On Fri, Jul 24, 2015 at 1:00 PM, Simon Riggs <simon@2ndquadrant.com> wrote: > It depends on the exact design we use to get that. Certainly we do not want > them if they cause a significant performance regression.
Yeah. I think the performance worries expressed so far are:
- Currently, if you see an XID that is between the XMIN and XMAX of the snapshot, you hit CLOG only on first access. After that, the tuple is hinted. With this approach, the hint bit doesn't avoid needing to hit CLOG anymore, because it's not enough to know whether or not the tuple committed; you have to know the CSN at which it committed, which means you have to look that up in CLOG (or whatever SLRU stores this data). Heikki mentioned adding some caching to ameliorate this problem, but it sounds like he was worried that the impact might still be significant.

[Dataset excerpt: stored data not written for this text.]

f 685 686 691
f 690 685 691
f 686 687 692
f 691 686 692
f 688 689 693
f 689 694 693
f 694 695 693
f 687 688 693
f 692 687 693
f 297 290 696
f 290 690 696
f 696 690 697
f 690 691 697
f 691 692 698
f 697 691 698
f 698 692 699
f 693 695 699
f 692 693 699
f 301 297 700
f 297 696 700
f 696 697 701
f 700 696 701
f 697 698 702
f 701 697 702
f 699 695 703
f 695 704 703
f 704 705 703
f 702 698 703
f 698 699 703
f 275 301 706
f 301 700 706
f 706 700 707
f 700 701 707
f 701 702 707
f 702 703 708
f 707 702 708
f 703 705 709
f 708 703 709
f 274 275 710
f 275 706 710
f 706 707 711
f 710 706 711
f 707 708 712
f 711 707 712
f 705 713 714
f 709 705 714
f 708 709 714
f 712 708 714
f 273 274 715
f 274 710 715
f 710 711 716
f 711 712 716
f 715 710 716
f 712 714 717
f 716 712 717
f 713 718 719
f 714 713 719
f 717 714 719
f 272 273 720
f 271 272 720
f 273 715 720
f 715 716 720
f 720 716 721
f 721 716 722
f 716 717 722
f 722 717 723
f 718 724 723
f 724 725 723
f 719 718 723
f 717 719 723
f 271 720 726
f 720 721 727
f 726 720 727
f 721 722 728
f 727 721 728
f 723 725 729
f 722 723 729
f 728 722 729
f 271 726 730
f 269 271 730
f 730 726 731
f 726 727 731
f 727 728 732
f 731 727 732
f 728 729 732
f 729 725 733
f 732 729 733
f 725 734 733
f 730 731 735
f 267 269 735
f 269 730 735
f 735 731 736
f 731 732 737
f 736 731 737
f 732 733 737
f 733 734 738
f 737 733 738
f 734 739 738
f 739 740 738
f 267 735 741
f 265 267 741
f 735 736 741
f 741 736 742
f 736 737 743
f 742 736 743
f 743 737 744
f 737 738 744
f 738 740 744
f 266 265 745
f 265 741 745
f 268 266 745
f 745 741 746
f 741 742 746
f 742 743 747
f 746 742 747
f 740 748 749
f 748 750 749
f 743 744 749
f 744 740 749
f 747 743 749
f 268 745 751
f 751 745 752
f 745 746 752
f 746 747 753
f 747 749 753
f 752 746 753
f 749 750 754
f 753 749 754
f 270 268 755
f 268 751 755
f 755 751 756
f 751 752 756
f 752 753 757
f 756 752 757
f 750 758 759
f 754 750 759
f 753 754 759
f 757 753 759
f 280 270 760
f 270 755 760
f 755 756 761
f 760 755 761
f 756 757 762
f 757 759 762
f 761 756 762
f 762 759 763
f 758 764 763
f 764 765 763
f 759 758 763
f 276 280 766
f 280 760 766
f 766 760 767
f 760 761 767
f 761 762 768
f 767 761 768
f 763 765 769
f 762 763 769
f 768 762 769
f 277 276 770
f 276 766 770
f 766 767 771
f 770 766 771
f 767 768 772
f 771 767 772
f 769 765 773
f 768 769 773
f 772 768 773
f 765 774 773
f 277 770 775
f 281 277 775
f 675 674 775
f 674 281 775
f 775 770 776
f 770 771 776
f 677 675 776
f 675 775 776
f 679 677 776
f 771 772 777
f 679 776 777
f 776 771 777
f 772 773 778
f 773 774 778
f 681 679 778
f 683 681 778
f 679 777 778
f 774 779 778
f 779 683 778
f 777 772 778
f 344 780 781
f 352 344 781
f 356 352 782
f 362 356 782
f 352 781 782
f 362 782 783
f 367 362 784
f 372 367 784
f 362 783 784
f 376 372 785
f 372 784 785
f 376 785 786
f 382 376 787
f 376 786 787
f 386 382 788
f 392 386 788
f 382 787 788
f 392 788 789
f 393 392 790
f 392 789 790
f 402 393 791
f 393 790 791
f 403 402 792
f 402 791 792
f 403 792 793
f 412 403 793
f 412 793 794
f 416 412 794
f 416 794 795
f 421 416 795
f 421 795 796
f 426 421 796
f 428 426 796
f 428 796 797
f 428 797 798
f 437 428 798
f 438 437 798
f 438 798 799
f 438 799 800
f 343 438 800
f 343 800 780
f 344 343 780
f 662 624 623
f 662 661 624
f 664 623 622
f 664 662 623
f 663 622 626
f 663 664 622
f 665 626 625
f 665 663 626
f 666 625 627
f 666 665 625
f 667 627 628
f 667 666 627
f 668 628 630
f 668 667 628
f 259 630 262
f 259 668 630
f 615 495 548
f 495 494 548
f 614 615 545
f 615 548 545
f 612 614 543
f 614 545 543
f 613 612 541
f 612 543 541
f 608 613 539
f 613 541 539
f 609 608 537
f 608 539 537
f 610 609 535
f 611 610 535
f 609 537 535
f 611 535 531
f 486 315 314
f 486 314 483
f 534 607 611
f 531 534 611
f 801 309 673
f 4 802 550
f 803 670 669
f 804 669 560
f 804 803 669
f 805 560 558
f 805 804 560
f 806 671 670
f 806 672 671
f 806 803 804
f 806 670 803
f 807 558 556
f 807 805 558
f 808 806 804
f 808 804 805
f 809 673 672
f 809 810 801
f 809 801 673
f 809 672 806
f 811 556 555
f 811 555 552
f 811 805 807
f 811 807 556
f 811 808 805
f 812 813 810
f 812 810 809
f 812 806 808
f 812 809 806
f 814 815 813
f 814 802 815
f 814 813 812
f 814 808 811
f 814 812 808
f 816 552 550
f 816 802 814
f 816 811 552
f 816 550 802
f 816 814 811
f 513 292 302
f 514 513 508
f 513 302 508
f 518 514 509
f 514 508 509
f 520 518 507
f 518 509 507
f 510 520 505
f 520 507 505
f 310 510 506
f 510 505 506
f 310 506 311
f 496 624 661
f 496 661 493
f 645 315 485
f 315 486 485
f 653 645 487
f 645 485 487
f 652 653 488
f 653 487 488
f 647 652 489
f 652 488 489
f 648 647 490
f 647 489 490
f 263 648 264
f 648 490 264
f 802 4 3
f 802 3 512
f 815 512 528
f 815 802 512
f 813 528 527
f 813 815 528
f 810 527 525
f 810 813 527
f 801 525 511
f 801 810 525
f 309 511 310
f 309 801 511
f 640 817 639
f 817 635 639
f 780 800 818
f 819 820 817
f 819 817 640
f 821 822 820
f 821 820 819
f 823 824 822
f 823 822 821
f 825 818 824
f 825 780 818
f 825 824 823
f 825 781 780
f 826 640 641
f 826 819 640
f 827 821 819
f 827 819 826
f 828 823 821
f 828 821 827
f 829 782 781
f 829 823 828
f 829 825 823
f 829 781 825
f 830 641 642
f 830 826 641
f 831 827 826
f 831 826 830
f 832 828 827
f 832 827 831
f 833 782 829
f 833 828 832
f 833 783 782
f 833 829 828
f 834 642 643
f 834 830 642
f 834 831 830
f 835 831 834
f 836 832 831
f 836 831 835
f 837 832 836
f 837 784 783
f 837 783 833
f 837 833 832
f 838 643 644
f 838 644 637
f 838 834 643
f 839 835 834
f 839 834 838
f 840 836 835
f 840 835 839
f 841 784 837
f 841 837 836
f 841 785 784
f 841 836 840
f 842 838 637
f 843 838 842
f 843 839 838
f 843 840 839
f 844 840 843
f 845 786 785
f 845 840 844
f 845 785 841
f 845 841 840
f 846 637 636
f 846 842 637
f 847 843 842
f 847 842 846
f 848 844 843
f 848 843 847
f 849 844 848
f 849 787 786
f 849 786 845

This seems like the heart of the problem. Changing a snapshot from a list of xids into one number is easy. Making XidInMVCCSnapshot() work is the hard part because there needs to be a translation/lookup from CSN to determine if it contains the xid.
That turns CSN into a reference to a cached snapshot, or a reference by which a snapshot can be derived on demand.
- Mixing synchronous_commit=on and synchronous_commit=off won't work as well, because if the LSN ordering of commit records matches the order in which transactions become visible, then an async-commit transaction can't become visible before a later sync-commit transaction. I expect we might just decide we can live with this, but it's worth discussing in case people feel otherwise.
Using the Commit LSN as CSN seems interesting, but it is not the only choice.
Commit LSN is not the precise order in which commits become visible because of the race condition between marking commit in WAL and marking commit in clog. That problem is accentuated by mixing async and sync, but that is not the only source of racing.